Deploy to Hugging Face Spaces

  1. Create a new Space (Streamlit SDK) and push this repo.
  2. Enable Persistent Storage and set caches:
    • HF_HOME=/data/.huggingface
    • SENTENCE_TRANSFORMERS_HOME=/data/.sentence-transformers
  3. In Space Settings → Secrets, set HF_TOKEN (required) and optionally GITHUB_TOKEN.
  4. In Space Settings → Variables, set RAG_HF_MODEL and RAG_LLM_BACKEND=hf-router.
  5. Optional: RAG_HF_PROVIDER_SUFFIX, RAG_INJECT_MAX_CHUNKS, and RAG_RETRIEVE_TOPK_MULT.

With persistent storage enabled, FAISS indexes are stored in /data/rag_cache and reused across restarts.
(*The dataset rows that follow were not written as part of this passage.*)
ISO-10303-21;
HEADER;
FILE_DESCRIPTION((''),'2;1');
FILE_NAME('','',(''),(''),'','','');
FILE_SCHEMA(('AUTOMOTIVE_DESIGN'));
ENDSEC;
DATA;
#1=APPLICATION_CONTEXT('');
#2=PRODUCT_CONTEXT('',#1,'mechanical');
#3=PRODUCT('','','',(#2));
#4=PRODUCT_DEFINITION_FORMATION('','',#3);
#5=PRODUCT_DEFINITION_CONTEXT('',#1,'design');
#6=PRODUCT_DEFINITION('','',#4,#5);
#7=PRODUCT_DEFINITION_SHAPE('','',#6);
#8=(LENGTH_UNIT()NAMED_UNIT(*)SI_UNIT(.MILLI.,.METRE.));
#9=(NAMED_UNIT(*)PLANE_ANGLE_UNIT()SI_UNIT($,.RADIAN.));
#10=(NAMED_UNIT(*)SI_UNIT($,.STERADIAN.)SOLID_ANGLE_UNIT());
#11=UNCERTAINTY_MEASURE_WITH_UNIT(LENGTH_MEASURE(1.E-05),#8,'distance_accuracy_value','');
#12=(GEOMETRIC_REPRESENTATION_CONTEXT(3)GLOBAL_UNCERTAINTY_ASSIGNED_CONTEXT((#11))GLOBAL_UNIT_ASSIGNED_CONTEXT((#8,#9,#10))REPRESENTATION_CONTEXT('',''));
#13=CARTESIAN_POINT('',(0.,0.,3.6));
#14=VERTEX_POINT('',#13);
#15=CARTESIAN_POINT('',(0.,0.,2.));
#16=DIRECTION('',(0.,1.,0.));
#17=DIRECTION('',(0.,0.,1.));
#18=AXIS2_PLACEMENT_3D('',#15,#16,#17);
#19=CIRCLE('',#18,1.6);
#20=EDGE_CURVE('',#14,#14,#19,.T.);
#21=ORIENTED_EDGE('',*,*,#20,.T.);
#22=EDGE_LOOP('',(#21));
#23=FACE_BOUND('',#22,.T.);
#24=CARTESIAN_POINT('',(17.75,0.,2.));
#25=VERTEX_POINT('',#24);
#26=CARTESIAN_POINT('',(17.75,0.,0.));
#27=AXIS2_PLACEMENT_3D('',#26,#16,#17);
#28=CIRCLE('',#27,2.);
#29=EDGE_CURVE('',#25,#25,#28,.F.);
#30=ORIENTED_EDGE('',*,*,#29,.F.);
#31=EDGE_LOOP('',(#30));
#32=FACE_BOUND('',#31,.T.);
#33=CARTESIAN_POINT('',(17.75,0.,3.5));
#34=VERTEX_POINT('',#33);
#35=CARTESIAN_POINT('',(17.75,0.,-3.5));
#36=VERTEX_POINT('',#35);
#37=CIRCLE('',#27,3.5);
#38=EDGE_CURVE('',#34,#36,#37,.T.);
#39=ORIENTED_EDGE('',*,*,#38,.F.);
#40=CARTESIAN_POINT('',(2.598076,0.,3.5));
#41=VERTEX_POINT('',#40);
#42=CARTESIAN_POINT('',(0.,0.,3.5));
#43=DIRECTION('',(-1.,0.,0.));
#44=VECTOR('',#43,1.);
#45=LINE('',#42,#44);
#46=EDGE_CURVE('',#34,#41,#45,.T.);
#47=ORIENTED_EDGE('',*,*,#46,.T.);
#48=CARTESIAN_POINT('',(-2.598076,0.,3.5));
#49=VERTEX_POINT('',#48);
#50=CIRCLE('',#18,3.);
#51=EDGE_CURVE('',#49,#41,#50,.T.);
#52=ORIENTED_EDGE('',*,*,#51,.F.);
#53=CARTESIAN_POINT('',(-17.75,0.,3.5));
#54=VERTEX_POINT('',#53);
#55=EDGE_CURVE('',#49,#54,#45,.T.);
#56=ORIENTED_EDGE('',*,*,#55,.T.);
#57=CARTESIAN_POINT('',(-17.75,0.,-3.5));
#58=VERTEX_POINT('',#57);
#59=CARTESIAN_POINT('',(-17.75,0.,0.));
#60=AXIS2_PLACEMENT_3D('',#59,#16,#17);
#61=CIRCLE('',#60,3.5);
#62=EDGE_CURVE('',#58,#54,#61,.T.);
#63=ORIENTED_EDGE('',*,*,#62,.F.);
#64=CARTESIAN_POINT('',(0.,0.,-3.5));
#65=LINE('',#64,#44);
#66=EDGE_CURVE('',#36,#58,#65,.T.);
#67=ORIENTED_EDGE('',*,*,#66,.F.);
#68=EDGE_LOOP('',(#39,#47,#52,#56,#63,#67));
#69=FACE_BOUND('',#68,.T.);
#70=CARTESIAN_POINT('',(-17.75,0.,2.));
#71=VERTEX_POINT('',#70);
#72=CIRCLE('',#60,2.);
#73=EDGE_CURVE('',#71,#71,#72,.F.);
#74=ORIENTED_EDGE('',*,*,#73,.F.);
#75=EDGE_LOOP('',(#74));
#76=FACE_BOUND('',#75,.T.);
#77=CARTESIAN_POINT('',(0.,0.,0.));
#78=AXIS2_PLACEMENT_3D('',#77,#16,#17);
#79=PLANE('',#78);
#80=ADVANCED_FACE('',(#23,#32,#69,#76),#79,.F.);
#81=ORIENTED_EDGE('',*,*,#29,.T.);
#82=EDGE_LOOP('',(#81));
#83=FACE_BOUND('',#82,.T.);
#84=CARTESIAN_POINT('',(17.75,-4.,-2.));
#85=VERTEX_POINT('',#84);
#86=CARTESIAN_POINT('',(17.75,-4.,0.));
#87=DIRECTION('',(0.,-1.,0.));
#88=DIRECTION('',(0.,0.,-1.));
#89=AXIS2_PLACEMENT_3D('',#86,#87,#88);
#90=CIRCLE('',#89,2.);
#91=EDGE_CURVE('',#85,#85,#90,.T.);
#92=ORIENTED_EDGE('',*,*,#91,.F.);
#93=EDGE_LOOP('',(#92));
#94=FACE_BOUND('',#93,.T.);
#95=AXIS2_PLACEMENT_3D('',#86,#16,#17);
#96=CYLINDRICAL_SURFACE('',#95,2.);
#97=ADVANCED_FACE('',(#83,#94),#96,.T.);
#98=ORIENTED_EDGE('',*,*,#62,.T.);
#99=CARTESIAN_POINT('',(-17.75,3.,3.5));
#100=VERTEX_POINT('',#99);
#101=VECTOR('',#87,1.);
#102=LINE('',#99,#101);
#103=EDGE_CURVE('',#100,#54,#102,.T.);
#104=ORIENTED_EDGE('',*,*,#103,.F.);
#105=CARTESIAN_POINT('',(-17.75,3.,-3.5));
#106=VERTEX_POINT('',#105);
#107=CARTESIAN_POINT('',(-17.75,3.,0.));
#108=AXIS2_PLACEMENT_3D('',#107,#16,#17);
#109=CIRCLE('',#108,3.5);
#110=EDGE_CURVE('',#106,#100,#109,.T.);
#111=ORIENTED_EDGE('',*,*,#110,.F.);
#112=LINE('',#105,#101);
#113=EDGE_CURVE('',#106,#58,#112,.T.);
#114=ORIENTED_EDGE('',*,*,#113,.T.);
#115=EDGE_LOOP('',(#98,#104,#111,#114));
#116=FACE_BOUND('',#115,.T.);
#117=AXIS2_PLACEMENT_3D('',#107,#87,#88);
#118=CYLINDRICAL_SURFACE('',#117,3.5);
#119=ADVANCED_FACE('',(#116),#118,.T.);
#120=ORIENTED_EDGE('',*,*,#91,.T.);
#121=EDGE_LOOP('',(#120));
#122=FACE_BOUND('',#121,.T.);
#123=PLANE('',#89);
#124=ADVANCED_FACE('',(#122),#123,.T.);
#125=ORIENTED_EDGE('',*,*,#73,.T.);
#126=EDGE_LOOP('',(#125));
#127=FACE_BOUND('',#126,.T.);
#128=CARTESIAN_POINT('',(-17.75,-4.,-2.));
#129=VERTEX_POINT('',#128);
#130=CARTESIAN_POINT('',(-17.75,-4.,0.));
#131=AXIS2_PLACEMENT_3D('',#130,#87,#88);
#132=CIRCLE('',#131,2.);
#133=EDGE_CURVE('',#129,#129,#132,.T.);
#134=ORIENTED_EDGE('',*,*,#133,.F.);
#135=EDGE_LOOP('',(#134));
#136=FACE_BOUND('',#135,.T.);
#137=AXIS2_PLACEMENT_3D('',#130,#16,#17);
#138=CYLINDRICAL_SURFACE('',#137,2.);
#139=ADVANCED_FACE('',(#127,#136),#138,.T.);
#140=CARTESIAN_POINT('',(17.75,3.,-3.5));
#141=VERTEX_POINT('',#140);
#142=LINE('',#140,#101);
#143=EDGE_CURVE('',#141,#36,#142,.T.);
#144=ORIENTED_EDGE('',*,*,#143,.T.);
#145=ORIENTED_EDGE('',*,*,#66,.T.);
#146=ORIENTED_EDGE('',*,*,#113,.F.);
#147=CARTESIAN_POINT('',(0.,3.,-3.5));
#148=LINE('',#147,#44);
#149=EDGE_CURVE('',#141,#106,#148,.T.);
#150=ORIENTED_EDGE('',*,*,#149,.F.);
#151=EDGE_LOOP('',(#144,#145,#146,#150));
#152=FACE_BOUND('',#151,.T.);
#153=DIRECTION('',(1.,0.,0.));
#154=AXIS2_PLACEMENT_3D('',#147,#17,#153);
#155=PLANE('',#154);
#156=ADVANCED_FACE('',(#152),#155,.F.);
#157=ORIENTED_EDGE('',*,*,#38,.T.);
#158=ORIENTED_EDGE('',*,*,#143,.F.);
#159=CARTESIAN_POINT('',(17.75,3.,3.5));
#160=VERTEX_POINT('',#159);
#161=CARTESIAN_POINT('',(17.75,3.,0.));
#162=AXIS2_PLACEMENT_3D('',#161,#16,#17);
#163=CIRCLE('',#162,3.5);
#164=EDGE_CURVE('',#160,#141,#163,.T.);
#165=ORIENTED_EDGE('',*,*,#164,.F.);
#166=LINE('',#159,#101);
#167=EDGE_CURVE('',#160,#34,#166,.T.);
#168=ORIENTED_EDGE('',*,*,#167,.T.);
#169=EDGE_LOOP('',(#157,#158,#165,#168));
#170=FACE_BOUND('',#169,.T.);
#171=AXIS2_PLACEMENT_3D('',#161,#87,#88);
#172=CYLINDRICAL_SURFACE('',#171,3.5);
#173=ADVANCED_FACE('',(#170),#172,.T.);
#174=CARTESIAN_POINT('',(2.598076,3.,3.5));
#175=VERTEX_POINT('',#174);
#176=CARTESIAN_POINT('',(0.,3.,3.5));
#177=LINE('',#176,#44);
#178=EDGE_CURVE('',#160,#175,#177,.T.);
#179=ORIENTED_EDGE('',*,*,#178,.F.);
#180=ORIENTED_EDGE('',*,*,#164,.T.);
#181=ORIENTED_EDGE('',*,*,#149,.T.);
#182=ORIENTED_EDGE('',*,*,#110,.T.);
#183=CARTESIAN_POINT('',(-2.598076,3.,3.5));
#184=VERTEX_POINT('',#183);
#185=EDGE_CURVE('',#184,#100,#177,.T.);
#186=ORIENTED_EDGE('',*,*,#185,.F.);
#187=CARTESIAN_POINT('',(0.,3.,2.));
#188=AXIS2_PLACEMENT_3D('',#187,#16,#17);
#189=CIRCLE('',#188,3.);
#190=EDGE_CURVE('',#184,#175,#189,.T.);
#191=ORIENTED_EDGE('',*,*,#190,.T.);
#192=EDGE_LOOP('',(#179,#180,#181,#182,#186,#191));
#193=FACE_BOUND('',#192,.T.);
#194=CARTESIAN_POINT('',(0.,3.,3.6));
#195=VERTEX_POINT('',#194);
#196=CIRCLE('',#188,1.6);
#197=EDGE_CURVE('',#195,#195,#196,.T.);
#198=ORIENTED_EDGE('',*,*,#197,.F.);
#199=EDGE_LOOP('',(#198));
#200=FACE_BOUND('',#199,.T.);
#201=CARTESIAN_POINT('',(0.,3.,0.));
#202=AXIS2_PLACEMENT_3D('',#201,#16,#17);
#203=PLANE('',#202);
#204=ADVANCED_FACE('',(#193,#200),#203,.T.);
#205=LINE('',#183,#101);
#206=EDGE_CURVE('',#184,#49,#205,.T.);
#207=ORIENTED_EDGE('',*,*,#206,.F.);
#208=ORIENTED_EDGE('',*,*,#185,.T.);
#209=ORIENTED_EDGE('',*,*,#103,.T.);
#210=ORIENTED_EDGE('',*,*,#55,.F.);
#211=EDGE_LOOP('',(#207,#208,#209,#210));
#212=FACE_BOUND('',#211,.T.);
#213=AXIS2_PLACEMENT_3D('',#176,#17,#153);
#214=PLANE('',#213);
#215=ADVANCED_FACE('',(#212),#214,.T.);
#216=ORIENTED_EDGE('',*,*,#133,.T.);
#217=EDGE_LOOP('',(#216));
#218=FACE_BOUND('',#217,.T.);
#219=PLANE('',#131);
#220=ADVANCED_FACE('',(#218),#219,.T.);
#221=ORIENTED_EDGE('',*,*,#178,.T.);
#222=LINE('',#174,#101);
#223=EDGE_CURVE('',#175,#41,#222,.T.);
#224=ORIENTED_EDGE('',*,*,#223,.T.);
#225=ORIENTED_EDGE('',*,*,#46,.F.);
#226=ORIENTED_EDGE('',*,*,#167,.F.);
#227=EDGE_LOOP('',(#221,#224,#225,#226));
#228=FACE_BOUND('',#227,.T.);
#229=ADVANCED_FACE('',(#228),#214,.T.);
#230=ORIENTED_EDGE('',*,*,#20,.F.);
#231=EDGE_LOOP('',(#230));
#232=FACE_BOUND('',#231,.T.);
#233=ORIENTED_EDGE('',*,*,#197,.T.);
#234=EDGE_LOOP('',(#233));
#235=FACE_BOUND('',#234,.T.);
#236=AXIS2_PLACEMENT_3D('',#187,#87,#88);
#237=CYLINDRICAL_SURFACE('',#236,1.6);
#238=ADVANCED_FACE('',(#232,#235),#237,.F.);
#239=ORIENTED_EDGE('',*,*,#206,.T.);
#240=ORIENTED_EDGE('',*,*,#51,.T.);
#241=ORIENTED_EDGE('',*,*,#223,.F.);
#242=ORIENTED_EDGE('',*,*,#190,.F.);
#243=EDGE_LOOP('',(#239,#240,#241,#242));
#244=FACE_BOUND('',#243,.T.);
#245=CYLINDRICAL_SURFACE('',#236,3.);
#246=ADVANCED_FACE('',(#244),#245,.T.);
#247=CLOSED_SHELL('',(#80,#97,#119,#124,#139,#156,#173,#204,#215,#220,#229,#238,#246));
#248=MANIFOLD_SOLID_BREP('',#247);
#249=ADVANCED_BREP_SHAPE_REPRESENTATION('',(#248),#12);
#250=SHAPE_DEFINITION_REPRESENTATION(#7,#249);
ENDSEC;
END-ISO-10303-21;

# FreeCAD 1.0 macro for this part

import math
import FreeCAD as App
import Part
import Sketcher
Q = App.Units.Quantity

doc = App.newDocument("Part")
body = doc.addObject("PartDesign::Body", "Body")

sketch1 = doc.addObject("Sketcher::SketchObject", "Sketch")
body.addObject(sketch1)
sketch1.AttachmentSupport = (doc.XZ_Plane, [""])
sketch1.MapMode = "FlatFace"
sketch1.addGeometry(Part.LineSegment(App.Vector(2.6, 3.5, 0), App.Vector(17.8, 3.5, 0)), False)
sketch1.addGeometry(Part.ArcOfCircle(Part.Circle(App.Vector(17.8, 0, 0), App.Vector(0, 0, 1), 3.5), math.radians(-90), math.radians(90)), False)
sketch1.addGeometry(Part.LineSegment(App.Vector(17.8, -3.5, 0), App.Vector(-17.8, -3.5, 0)), False)
sketch1.addGeometry(Part.ArcOfCircle(Part.Circle(App.Vector(-17.8, 0, 0), App.Vector(0, 0, 1), 3.5), math.radians(90), math.radians(270)), False)
sketch1.addGeometry(Part.LineSegment(App.Vector(-17.8, 3.5, 0), App.Vector(-2.6, 3.5, 0)), False)
sketch1.addGeometry(Part.ArcOfCircle(Part.Circle(App.Vector(0, 2, 0), App.Vector(0, 0, 1), 3), math.radians(30), math.radians(150)), False)
sketch1.addGeometry(Part.Circle(App.Vector(0, 2, 0), App.Vector(0, 0, 1), 1.6), False)
sketch1.addConstraint(Sketcher.Constraint("Tangent", 0, 2, 1, 2))
sketch1.addConstraint(Sketcher.Constraint("Tangent", 1, 1, 2, 1))
sketch1.addConstraint(Sketcher.Constraint("Tangent", 2, 2, 3, 2))
sketch1.addConstraint(Sketcher.Constraint("Tangent", 3, 1, 4, 1))
sketch1.addConstraint(Sketcher.Constraint("Coincident", 4, 2, 5, 2))
sketch1.addConstraint(Sketcher.Constraint("Coincident", 5, 1, 0, 1))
They rebuild only when the normalized chunk/manifest files change.

Common maintenance tasks

Add new books (PDFs)

  1. Add PDFs to data/raw_pdfs/
  2. Update sources.json
  3. Run make rebuild
  4. (Optional) make clean-index
  5. streamlit run app.py

Add new articles

  1. Update sources_articles.json
  2. Run make rebuild
  3. (Optional) make clean-index
  4. streamlit run app.py

Rebuild indexes only

make clean-index

Scripts and commands reference

  • app.py - Streamlit UI; loads chunk files and builds/loads FAISS indexes.
  • scripts/normalize_all.py - Parse PDFs and MCP markdowns into chunks_books.jsonl and manifest_books.json.
  • scripts/ingest_articles.py - Fetch URLs from sources_articles.json and write chunks_articles.jsonl and manifest_articles.json plus articles_ingest_report.json.
  • scripts/merge_chunks.py - Merge multiple chunk files and manifests; emits chunks.jsonl, manifest.json, and merge_report.json.
  • scripts/rebuild_all.sh - Run normalize, ingest, and merge in order (same as make rebuild).
  • scripts/refresh_mcp.sh - Download llms-full.txt and regenerate MCP markdowns in mcp/.
  • scripts/split_mcp.py - Split a single MCP snapshot text file into topic markdown files.
  • refresh_mcp.sh - Convenience wrapper for scripts/refresh_mcp.sh.
  • normalize_all.py, ingest_articles.py, merge_chunks.py, split_mcp.py - Convenience wrappers for the scripts/ versions.
  • Makefile - make install, make rebuild, make clean-index, make run.
  • build_kb.py - Legacy entry point referencing a removed src/ package; not used by the current app.

License

Apache License 2.0. See LICENSE.

Troubleshooting

  • If you see No chunks loaded, ensure data/normalized/*.jsonl exists and has content.
  • If the Hugging Face request fails, verify HF_TOKEN is set and the model name or endpoint is correct.
  • If article ingestion skips sources, check data/normalized/articles_ingest_report.json.